Abstract
While Enterobacteriaceae bacteria are commonly found in healthy human gut, their colonisation of other body parts can potentially evolve into serious infections and health threats. We aim to design a graph-based machine learning model to assess risks of inpatient colonisation by multi-drug resistant (MDR) Enterobacteriaceae. The colonisation prediction problem was defined as a binary classification task, where the goal is to predict whether a patient is colonised by MDR Enterobacteriaceae in an undesirable body part during their hospital stay. To capture topological features, interactions among patients and healthcare workers were modelled using a graph structure, where patients are described by nodes and their interactions by edges. Then, a graph neural network (GNN) model was trained to learn colonisation patterns from the patient network enriched with clinical and spatiotemporal features. The GNN model predicts colonisation risk with an AUROC of 0.93 (95% CI: 0.92-0.94), 7% above a logistic regression baseline (0.86 [0.85-0.87]). Comparing different graph topologies, the configuration that considers only in-ward edges (0.93 [0.92-0.94]) outperforms the configurations that include only out-ward edges (0.86 [0.85-0.87]) and both edges (0.90 [0.89-0.91]). For the top-3 most prevalent MDR Enterobacteriaceae, the AUROC varies from 0.92 (0.90-0.93) for Escherichia coli up to 0.95 (0.92-0.98) for Enterobacter cloacae, using the GNN – in-ward model. Topological features via graph modelling improves the performance of machine learning models for Enterobacteriaceae colonisation prediction. GNNs could be used to support infection prevention and control programmes to detect patients at risk of colonisation by MDR Enterobacteriaceae and other bacteria families.
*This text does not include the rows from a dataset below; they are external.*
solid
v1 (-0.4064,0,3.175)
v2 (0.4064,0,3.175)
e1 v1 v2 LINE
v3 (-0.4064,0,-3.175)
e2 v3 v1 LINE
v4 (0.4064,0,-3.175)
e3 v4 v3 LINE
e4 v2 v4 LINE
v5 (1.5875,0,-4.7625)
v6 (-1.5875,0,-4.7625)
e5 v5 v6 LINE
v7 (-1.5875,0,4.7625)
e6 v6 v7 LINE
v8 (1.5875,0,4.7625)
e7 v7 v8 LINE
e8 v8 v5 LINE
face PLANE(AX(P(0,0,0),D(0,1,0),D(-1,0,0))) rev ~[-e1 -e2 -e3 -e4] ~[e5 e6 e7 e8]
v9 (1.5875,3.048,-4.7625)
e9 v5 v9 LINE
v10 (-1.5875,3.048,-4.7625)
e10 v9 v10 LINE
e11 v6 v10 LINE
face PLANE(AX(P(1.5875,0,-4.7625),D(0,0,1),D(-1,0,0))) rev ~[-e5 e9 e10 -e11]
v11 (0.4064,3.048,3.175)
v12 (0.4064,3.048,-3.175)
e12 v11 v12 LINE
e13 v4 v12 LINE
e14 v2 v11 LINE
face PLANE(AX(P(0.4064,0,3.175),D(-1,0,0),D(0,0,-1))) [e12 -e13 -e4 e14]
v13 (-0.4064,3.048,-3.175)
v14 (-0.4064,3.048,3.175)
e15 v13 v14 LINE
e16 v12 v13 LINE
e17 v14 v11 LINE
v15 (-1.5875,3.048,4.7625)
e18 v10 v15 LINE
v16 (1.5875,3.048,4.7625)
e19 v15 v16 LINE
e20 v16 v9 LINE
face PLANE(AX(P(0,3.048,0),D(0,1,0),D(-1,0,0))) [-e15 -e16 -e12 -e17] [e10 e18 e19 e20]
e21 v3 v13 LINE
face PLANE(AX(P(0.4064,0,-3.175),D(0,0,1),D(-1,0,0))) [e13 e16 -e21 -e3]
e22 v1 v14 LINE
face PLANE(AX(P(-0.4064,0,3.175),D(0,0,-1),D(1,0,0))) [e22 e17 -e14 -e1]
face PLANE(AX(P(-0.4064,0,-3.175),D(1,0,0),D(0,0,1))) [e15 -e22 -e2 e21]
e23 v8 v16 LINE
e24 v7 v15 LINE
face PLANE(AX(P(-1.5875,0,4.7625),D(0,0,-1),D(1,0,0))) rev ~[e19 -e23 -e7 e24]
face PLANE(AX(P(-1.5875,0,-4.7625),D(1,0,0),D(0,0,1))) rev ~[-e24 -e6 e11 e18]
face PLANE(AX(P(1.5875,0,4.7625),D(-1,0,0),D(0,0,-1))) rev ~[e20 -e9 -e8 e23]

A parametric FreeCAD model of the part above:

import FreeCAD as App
import Part
import Sketcher
Q = App.Units.Quantity

doc = App.newDocument("Part")
body = doc.addObject("PartDesign::Body", "Body")

sketch1 = body.newObject("Sketcher::SketchObject", "Sketch")
sketch1.AttachmentSupport = (doc.getObject("XZ_Plane"), [""])
sketch1.MapMode = "FlatFace"
sketch1.addGeometry([
    Part.LineSegment(App.Vector(1.6, 4.8, 0), App.Vector(1.6, -4.8, 0)),
    Part.LineSegment(App.Vector(1.6, -4.8, 0), App.Vector(-1.6, -4.8, 0)),
    Part.LineSegment(App.Vector(-1.6, -4.8, 0), App.Vector(-1.6, 4.8, 0)),
    Part.LineSegment(App.Vector(-1.6, 4.8, 0), App.Vector(1.6, 4.8, 0)),
    Part.LineSegment(App.Vector(-0.4, -3.2, 0), App.Vector(0.4, -3.2, 0)),
    Part.LineSegment(App.Vector(0.4, -3.2, 0), App.Vector(0.4, 3.2, 0)),
    Part.LineSegment(App.Vector(0.4, 3.2, 0), App.Vector(-0.4, 3.2, 0)),
    Part.LineSegment(App.Vector(-0.4, 3.2, 0), App.Vector(-0.4, -3.2, 0)),
], False)
sketch1.addConstraint([
    Sketcher.Constraint("Coincident", 0, 2, 1, 1),
    Sketcher.Constraint("Coincident", 1, 2, 2, 1),
    Sketcher.Constraint("Coincident", 2, 2, 3, 1),
    Sketcher.Constraint("Coincident", 3, 2, 0, 1),
    Sketcher.Constraint("Coincident", 4, 2, 5, 1),
    Sketcher.Constraint("Coincident", 5, 2, 6, 1),
    Sketcher.Constraint("Coincident", 6, 2, 7, 1),
    Sketcher.Constraint("Coincident", 7, 2, 4, 1),
    Sketcher.Constraint("Vertical", 0),
    Sketcher.Constraint("Horizontal", 1),
    Sketcher.Constraint("Vertical", 2),
    Sketcher.Constraint("Horizontal", 3),
    Sketcher.Constraint("Horizontal", 4),
    Sketcher.Constraint("Vertical", 5),
    Sketcher.Constraint("Horizontal", 6),
    Sketcher.Constraint("Vertical", 7),
    Sketcher.Constraint("Symmetric", 0, 2, 2, 2, -1, 1),
    Sketcher.Constraint("Symmetric", 4, 2, 6, 2, -1, 1),
    Sketcher.Constraint("DistanceY", 5, 1, 5, 2, Q("0.25 in")),
    Sketcher.Constraint("DistanceX", 1, 2, 1, 1, Q("0.125 in")),
    Sketcher.Constraint("DistanceX", 4, 1, 4, 2, Q("0.032 in")),
    Sketcher.Constraint("DistanceY", 0, 2, 0, 1, Q("0.375 in")),
])
pad1 = body.newObject("PartDesign::Pad", "Pad")
pad1.Profile = sketch1
pad1.Length = Q("0.12 in")
pad1.Reversed = True

doc.recompute()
Competing Interest Statement
The authors have declared no competing interest.
Funding Statement
HES-SO and the Portuguese Polytechnics Coordinating Council (CCISP). SGP also acknowledges Fundação para a Ciência e Tecnologia for her direct funding (CEECINST/00051/2018) and her research unit (UIDB/05704/2020).
Author Declarations
I confirm all relevant ethical guidelines have been followed, and any necessary IRB and/or ethics committee approvals have been obtained.
Yes
The details of the IRB/oversight body that provided approval or exemption for the research described are given below:
The study used the publicly available MIMIC-III dataset. The use of this dataset was approved by the Institutional Review Boards of Beth Israel Deaconess Medical Center (BIDMC) and the Massachusetts Institute of Technology (MIT). Given the de-identified nature of the data, our institution waived the need for further ethical approval for this study.
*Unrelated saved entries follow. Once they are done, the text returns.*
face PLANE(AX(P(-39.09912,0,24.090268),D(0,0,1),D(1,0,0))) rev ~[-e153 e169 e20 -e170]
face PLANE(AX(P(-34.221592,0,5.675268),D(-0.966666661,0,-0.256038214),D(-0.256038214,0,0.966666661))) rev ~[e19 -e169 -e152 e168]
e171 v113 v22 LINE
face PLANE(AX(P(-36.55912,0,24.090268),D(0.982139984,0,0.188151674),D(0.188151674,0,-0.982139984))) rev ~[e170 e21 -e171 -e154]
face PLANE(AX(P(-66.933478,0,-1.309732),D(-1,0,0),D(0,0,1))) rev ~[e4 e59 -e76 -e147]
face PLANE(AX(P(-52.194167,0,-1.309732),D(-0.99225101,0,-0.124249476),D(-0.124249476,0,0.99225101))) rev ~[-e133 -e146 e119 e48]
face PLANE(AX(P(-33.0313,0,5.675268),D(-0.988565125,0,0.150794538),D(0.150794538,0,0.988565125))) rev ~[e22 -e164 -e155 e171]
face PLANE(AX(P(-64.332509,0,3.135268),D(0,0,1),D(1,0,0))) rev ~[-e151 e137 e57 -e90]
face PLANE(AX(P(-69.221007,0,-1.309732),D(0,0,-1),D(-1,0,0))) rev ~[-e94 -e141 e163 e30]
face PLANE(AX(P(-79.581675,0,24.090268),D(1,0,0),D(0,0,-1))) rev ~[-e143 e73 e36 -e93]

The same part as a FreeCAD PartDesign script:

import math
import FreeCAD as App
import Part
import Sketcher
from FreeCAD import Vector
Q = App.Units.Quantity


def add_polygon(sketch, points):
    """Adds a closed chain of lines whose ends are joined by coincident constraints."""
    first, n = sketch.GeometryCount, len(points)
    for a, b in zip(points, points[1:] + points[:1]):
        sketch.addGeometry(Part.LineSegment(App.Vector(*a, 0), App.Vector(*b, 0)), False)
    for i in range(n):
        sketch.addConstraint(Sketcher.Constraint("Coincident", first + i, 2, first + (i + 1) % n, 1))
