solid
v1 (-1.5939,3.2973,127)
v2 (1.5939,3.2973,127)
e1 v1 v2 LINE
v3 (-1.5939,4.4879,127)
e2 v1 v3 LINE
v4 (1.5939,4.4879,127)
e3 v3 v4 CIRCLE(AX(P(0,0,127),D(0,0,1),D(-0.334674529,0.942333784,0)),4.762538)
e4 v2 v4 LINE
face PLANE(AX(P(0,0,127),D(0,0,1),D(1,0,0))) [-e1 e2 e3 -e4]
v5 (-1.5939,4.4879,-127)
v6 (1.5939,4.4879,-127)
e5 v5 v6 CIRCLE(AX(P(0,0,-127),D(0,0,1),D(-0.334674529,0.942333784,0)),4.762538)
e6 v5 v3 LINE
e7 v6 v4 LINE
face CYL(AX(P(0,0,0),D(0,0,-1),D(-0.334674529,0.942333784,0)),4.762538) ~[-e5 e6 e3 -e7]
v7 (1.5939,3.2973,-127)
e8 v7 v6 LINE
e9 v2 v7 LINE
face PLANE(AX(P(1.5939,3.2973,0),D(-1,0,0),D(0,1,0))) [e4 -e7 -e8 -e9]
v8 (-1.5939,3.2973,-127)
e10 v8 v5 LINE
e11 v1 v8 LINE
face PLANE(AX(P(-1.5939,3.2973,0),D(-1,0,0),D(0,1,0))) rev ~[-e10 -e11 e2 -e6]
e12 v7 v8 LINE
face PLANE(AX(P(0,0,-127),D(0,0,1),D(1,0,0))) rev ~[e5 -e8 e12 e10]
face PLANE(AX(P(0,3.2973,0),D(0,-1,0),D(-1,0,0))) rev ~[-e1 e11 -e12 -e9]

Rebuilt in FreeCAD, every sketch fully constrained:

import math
import FreeCAD as App
import Part
import Sketcher
Q = App.Units.Quantity

doc = App.newDocument("Part")
body = doc.addObject("PartDesign::Body", "Body")

# Sketch on XY plane
sketch1 = body.newObject("Sketcher::SketchObject", "Sketch")
sketch1.AttachmentSupport = (doc.getObject("XY_Plane"), [""])
sketch1.MapMode = "FlatFace"
sketch1.addGeometry([
    Part.LineSegment(App.Vector(-1.5939, 3.2973, 0), App.Vector(-1.5939, 4.4879, 0)),
    Part.ArcOfCircle(Part.Circle(App.Vector(0, 0, 0), App.Vector(0, 0, 1), 4.762538), math.radians(109.552747), math.radians(430.447253)),
    Part.LineSegment(App.Vector(1.5939, 4.4879, 0), App.Vector(1.5939, 3.2973, 0)),
    Part.LineSegment(App.Vector(1.5939, 3.2973, 0), App.Vector(-1.5939, 3.2973, 0)),
], False)
sketch1.addConstraint([
    Sketcher.Constraint("Coincident", 0, 2, 1, 1),
    Sketcher.Constraint("Coincident", 1, 2, 2, 1),
    Sketcher.Constraint("Coincident", 2, 2, 3, 1),
    Sketcher.Constraint("Coincident", 3, 2, 0, 1),
    Sketcher.Constraint("Vertical", 0),
    Sketcher.Constraint("Vertical", 2),
    Sketcher.Constraint("Horizontal", 3),
    Sketcher.Constraint("Coincident", 1, 3, -1, 1),
    Sketcher.Constraint("Horizontal", 0, 2, 1, 2),
    Sketcher.Constraint("Radius", 1, Q("0.1875 in")),
    Sketcher.Constraint("DistanceY", 0, 1, 0, 2, Q("0.046874 in")),
    Sketcher.Constraint("DistanceX", 0, 2, -1, 1, 1.594),
])
pad1 = body.newObject("PartDesign::Pad", "Pad")
pad1.Profile = sketch1
pad1.Length = Q("10 in")
pad1.Midplane = True

doc.recompute()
I confirm that all necessary patient/participant consent has been obtained and the appropriate institutional forms have been archived, and that any patient/participant/sample identifiers included were not known to anyone (e.g., hospital staff, patients or participants themselves) outside the research group so cannot be used to identify individuals.
Yes
I understand that all clinical trials and any other prospective interventional studies must be registered with an ICMJE-approved registry, such as ClinicalTrials.gov. I confirm that any such study reported in the manuscript has been registered and the trial registration ID is provided (note: if posting a prospective study registered retrospectively, please provide a statement in the trial ID field explaining why the study was not registered in advance).
Yes
I have followed all appropriate research reporting guidelines, such as any relevant EQUATOR Network research reporting checklist(s) and other pertinent material, if applicable.
Yes
Footnotes
(racha.gouareb{at}unige.ch)
(dimitrios.proios{at}unige.ch)
(sonia.pereira{at}ipleiria.pt)
(douglas.teodoro{at}unige.ch)
Data Availability
The data that support the findings of this study are available from the MIMIC-III database, which is provided by the MIT Lab for Computational Physiology and can be accessed at https://mimic.physionet.org. MIMIC-III is a large, freely-available database comprising de-identified health-related data associated with over forty thousand patients who stayed in critical care units of the Beth Israel Deaconess Medical Center between 2001 and 2012. Please note that access to the MIMIC-III database requires the completion of a data use agreement and proof of completion of a course in human subject research ethics, such as the CITI 'Data or Specimens Only Research' course.